Data section: Begin

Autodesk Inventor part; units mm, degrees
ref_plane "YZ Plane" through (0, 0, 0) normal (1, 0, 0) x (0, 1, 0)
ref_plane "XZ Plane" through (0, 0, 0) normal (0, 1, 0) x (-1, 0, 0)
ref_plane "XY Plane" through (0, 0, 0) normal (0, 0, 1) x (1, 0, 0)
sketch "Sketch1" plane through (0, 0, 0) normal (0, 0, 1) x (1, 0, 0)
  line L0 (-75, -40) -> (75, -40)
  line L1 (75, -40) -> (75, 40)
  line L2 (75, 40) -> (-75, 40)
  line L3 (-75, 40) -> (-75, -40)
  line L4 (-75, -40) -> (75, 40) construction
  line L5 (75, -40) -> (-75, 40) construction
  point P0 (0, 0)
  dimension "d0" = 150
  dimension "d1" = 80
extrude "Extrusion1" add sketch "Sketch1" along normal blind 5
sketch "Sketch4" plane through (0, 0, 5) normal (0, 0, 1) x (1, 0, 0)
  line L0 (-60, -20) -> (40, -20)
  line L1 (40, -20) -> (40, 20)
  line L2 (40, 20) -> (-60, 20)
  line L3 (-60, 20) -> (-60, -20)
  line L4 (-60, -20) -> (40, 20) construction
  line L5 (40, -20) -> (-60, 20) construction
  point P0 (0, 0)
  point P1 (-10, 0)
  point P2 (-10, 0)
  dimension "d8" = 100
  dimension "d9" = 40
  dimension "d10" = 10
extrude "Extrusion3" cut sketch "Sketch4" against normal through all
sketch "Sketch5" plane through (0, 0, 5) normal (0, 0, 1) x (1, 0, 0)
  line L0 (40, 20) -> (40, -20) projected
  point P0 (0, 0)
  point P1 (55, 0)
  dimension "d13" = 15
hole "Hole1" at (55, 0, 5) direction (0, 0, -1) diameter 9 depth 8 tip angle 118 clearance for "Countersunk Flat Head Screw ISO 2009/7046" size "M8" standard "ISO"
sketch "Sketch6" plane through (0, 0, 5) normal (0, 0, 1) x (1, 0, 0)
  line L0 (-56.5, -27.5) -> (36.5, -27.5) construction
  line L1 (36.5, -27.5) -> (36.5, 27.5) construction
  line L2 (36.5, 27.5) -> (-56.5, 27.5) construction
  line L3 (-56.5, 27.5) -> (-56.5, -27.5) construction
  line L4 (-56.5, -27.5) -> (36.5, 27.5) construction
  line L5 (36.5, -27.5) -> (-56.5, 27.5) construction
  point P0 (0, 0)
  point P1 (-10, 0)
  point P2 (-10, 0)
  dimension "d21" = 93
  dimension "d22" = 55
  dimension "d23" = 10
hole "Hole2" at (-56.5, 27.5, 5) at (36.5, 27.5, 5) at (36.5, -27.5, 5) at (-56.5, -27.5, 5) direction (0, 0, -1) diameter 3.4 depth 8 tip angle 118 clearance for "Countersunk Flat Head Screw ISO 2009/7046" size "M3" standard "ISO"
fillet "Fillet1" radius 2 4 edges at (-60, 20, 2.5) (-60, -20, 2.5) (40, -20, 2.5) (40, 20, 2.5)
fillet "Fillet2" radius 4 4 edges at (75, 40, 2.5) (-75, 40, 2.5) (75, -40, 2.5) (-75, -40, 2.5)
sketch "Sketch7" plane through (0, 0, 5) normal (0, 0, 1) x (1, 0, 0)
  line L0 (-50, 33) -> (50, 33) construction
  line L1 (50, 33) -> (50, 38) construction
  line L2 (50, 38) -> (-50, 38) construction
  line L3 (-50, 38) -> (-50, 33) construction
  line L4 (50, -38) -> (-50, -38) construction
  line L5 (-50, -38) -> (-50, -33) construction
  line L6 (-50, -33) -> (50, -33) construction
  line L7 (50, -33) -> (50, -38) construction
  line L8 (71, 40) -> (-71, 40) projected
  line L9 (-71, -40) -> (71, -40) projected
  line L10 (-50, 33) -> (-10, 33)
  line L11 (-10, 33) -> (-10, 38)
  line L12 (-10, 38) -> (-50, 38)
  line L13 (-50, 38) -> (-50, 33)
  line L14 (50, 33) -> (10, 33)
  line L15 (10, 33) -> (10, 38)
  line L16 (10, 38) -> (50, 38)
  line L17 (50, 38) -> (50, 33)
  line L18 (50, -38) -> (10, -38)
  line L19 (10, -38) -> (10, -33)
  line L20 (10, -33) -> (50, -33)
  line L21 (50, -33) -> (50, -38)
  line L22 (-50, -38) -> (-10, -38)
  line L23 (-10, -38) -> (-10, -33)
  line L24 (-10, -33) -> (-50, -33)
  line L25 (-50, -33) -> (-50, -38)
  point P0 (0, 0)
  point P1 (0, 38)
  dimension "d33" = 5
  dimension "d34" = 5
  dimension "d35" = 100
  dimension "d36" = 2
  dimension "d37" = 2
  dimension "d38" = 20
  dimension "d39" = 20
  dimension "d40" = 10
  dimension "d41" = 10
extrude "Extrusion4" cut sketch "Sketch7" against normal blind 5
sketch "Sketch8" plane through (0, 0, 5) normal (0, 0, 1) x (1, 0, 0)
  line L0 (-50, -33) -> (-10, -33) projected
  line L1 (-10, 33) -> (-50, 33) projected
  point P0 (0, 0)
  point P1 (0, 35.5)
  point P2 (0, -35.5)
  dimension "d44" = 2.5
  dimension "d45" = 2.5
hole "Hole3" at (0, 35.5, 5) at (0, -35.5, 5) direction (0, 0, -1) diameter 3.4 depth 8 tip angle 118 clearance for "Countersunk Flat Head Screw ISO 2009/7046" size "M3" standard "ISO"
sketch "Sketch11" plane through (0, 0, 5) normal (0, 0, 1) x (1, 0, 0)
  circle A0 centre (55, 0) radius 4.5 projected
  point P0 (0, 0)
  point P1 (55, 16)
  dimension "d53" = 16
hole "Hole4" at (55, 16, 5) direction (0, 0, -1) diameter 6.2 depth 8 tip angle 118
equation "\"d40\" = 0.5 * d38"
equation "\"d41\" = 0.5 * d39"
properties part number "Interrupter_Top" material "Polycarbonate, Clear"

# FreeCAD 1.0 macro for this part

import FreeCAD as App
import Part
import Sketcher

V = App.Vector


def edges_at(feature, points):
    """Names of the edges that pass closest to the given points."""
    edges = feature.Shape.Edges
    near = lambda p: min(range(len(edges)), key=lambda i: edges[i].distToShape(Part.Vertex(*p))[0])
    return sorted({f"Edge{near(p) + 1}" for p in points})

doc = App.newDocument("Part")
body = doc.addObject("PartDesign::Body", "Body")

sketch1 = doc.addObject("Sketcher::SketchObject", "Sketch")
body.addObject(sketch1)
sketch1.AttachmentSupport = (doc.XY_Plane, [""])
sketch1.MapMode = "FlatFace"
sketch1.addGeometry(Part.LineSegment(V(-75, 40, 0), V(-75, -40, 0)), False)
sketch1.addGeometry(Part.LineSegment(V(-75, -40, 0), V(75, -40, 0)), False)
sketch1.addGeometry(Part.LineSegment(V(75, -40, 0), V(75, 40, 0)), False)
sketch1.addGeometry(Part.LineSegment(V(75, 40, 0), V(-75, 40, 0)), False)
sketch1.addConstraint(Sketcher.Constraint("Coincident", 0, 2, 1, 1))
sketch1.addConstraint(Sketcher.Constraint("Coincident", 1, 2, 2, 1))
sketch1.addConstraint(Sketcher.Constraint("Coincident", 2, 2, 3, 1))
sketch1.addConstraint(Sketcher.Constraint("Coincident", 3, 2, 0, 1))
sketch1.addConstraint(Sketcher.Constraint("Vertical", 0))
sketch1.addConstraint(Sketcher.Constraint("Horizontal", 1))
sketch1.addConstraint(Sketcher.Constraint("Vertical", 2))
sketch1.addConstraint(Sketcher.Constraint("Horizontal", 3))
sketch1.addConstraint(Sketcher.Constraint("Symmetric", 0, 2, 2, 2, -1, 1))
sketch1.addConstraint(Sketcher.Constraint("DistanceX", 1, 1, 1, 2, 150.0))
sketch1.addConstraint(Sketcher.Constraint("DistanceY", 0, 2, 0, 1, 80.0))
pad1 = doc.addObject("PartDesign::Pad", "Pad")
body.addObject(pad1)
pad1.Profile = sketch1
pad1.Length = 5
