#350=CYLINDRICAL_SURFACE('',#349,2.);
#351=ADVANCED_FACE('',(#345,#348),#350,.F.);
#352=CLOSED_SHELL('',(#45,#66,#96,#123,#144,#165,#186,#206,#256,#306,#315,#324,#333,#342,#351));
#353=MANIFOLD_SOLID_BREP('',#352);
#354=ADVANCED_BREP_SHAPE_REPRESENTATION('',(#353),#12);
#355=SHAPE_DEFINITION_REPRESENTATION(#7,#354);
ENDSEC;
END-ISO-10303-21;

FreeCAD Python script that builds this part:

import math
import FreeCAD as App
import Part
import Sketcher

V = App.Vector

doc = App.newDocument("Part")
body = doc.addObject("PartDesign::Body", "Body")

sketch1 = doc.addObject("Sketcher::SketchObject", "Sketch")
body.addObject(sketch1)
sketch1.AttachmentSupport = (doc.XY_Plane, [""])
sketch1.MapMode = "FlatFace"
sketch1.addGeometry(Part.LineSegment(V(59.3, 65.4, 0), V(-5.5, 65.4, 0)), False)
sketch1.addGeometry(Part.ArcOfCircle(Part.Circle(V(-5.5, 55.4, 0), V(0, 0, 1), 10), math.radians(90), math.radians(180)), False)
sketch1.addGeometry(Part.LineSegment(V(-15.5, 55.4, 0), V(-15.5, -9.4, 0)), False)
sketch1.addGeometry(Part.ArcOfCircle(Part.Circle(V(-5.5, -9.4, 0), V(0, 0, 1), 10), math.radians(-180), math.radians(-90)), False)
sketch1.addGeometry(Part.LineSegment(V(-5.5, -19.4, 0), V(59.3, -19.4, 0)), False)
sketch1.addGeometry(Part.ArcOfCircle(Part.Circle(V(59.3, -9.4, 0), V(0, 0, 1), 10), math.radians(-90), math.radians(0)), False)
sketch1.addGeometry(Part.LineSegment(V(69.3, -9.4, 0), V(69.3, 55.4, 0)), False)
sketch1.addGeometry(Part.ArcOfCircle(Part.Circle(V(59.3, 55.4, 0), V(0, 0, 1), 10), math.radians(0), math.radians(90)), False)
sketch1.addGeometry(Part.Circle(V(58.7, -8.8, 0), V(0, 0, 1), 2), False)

Data section: End

- [Work order]: Search the data for the string "clearance" and copy each line where it appears.

- [Result of this task]:
hole "Hole1" at (55, 0, 5) direction (0, 0, -1) diameter 9 depth 8 tip angle 118 clearance for "Countersunk Flat Head Screw ISO 2009/7046" size "M8" standard "ISO"
hole "Hole2" at (-56.5, 27.5, 5) at (36.5, 27.5, 5) at (36.5, -27.5, 5) at (-56.5, -27.5, 5) direction (0, 0, -1) diameter 3.4 depth 8 tip angle 118 clearance for "Countersunk Flat Head Screw ISO 2009/7046" size "M3" standard "ISO"
hole "Hole3" at (0, 35.5, 5) at (0, -35.5, 5) direction (0, 0, -1) diameter 3.4 depth 8 tip angle 118 clearance for "Countersunk Flat Head Screw ISO 2009/7046" size "M3" standard "ISO"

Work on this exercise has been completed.